Collected data entries
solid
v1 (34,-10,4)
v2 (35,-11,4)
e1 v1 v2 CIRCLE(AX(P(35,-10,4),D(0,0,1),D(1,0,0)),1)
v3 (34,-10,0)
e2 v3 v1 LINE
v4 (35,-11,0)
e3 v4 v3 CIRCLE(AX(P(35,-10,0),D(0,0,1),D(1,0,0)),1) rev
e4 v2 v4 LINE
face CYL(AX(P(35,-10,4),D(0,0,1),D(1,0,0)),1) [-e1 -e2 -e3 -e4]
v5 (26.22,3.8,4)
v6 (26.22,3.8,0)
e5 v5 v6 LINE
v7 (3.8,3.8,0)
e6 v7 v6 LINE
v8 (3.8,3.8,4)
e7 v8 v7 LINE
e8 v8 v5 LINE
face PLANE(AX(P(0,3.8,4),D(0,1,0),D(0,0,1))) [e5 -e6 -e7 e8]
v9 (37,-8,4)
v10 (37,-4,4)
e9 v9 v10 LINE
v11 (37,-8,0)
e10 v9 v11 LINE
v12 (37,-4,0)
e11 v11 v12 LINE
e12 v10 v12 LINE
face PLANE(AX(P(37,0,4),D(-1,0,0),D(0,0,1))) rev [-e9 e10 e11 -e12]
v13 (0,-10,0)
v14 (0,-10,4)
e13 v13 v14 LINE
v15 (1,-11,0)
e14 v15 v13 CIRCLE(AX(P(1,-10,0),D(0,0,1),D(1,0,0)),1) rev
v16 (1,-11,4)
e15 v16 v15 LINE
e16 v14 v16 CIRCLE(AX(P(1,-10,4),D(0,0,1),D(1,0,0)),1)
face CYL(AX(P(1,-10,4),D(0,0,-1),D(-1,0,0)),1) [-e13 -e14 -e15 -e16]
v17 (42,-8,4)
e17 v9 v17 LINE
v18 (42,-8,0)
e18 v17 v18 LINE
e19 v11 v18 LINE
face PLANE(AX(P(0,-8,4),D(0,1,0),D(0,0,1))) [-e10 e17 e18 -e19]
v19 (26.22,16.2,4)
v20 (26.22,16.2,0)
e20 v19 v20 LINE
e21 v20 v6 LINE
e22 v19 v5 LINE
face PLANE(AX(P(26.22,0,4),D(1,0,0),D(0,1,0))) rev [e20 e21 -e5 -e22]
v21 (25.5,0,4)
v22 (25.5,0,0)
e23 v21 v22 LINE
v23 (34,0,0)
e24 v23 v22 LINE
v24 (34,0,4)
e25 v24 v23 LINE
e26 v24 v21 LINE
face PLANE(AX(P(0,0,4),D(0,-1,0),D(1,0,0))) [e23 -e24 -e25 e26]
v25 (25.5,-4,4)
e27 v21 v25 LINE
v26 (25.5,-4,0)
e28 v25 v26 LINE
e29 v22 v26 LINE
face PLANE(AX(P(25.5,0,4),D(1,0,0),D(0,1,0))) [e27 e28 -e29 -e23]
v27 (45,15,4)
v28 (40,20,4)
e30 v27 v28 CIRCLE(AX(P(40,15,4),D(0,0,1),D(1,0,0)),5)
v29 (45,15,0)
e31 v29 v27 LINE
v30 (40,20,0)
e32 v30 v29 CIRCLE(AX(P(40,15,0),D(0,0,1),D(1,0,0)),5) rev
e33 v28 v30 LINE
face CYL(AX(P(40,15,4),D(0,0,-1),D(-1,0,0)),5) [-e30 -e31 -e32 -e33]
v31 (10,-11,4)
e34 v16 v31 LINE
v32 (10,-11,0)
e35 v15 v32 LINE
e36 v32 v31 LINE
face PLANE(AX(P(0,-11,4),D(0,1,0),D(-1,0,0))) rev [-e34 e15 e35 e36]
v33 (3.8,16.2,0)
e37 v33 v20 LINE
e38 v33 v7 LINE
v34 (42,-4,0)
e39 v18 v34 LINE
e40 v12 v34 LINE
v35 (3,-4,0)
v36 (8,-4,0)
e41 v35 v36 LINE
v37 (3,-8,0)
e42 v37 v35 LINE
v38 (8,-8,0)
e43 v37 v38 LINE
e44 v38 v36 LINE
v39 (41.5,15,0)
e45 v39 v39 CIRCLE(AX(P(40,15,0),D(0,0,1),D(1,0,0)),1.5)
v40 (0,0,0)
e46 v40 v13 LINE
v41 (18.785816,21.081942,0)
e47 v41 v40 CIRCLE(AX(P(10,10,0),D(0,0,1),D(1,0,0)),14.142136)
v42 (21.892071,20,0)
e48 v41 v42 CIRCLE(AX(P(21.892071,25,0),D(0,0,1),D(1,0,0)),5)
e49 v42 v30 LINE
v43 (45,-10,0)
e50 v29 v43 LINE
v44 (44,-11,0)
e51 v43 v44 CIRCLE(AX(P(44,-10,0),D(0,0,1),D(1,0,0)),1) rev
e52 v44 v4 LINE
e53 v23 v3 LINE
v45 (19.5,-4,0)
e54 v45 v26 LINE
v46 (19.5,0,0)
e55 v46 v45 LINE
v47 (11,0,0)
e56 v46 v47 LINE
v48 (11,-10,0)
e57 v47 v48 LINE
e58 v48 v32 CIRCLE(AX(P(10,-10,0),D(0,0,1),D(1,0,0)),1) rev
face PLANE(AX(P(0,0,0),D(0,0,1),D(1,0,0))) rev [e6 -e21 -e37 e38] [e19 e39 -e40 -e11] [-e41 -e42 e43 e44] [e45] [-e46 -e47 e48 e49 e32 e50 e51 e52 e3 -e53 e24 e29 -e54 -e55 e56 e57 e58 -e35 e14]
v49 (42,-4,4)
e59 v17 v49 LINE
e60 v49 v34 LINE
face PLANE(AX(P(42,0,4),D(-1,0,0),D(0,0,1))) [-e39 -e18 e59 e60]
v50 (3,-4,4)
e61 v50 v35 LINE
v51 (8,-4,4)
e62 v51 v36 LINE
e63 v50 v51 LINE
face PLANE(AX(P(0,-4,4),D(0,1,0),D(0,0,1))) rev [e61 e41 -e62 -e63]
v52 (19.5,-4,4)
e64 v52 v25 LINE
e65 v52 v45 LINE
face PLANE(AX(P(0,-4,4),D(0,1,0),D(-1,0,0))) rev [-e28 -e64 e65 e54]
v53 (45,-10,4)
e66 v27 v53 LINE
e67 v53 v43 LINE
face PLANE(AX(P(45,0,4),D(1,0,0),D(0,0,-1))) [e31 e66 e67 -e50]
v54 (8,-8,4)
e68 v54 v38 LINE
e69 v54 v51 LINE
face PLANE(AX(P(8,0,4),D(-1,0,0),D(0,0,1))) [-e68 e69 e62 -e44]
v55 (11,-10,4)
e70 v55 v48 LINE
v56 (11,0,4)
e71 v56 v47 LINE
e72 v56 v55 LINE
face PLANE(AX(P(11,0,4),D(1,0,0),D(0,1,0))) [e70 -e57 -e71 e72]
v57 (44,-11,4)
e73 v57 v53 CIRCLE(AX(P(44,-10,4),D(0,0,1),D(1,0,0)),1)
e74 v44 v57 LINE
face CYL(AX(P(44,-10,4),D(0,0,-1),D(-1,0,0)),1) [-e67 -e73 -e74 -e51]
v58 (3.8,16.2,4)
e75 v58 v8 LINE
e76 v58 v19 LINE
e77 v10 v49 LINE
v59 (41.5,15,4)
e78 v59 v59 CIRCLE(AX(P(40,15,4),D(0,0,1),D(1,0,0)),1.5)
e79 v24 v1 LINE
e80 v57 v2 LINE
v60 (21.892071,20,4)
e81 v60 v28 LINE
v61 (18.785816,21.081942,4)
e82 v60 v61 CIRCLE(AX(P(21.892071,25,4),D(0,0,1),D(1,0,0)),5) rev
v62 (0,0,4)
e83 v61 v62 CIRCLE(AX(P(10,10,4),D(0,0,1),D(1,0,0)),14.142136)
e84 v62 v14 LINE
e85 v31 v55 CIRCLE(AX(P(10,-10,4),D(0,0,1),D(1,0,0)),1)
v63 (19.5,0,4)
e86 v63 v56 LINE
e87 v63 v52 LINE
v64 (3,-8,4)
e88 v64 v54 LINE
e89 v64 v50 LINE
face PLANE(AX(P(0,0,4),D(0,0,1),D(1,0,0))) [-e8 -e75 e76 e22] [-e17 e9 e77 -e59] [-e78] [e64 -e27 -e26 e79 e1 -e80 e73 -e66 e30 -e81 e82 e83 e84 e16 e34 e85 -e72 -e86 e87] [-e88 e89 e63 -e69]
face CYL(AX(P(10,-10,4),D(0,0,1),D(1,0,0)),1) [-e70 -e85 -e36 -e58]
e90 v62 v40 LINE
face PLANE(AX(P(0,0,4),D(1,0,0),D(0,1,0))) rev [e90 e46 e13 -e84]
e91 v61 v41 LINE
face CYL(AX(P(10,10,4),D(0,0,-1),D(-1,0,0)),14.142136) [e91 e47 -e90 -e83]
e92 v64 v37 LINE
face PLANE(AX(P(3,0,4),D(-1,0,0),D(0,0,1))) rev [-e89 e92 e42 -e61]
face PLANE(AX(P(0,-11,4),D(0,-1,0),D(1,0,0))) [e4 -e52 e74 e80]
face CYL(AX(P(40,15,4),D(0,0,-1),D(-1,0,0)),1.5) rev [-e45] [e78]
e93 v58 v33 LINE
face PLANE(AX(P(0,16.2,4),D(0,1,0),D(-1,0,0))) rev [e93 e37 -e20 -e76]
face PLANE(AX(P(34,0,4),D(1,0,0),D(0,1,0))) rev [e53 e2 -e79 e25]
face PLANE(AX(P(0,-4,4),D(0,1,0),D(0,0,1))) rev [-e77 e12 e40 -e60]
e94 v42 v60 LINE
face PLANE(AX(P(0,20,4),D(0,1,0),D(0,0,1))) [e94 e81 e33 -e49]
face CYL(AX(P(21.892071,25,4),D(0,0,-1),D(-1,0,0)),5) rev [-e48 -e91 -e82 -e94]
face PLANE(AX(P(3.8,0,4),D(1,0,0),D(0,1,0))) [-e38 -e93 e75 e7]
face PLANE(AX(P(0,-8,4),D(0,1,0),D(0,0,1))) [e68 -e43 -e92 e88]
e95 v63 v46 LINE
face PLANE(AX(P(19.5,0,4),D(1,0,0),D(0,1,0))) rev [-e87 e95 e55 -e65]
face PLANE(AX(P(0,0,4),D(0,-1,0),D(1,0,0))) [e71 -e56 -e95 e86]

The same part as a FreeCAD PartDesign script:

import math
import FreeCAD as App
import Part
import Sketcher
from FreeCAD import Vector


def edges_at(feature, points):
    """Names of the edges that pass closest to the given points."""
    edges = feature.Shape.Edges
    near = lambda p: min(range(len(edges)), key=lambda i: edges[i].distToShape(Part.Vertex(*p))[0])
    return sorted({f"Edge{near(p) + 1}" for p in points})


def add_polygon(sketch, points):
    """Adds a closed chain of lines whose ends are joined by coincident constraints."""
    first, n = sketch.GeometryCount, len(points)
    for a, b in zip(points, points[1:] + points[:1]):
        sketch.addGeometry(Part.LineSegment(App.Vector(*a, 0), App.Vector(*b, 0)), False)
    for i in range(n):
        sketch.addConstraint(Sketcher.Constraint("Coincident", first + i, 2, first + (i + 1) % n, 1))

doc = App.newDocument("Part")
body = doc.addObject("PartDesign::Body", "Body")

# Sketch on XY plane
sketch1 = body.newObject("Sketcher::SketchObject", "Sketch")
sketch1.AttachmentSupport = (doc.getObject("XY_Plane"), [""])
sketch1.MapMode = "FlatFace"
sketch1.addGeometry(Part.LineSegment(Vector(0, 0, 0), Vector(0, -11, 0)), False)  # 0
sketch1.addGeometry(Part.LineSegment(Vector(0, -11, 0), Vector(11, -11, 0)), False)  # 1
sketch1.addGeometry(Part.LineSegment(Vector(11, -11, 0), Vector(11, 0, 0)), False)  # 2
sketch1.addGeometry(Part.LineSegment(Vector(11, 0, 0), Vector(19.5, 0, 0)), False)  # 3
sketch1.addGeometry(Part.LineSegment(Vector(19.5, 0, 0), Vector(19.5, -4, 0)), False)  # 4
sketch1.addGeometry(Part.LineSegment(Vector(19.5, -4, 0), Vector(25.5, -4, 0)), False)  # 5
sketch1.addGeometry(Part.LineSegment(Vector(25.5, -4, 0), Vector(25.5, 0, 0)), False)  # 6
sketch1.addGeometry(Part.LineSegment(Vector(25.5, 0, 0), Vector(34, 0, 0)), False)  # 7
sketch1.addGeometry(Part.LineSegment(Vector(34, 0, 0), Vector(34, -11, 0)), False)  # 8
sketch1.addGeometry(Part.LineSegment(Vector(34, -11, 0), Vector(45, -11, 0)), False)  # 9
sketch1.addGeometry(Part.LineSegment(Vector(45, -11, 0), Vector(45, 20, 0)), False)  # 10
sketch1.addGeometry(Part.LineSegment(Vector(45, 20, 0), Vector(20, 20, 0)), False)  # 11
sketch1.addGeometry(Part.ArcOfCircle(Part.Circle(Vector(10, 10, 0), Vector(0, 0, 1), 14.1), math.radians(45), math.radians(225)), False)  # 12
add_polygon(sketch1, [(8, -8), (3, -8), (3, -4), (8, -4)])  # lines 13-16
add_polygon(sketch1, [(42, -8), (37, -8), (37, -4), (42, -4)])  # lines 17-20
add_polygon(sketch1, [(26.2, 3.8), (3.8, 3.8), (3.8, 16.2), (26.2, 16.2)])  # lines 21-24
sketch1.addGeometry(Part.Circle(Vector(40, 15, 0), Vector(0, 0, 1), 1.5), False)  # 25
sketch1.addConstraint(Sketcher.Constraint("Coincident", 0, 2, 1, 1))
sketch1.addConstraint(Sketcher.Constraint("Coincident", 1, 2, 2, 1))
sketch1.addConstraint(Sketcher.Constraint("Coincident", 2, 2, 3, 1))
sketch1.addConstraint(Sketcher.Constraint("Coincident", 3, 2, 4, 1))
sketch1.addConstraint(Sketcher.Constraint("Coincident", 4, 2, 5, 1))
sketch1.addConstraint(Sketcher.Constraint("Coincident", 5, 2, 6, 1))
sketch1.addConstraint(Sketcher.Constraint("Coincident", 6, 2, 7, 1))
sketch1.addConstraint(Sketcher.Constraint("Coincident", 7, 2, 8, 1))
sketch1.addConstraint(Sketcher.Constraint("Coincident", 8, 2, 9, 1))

What this task involves: Return the span of lines in the data above that opens at the line with "e89 v64 v50 LINE" and closes at the line with "e92 v64 v37 LINE", exactly, ends included, nothing else.

Response below:
e89 v64 v50 LINE
face PLANE(AX(P(0,0,4),D(0,0,1),D(1,0,0))) [-e8 -e75 e76 e22] [-e17 e9 e77 -e59] [-e78] [e64 -e27 -e26 e79 e1 -e80 e73 -e66 e30 -e81 e82 e83 e84 e16 e34 e85 -e72 -e86 e87] [-e88 e89 e63 -e69]
face CYL(AX(P(10,-10,4),D(0,0,1),D(1,0,0)),1) [-e70 -e85 -e36 -e58]
e90 v62 v40 LINE
face PLANE(AX(P(0,0,4),D(1,0,0),D(0,1,0))) rev [e90 e46 e13 -e84]
e91 v61 v41 LINE
face CYL(AX(P(10,10,4),D(0,0,-1),D(-1,0,0)),14.142136) [e91 e47 -e90 -e83]
e92 v64 v37 LINE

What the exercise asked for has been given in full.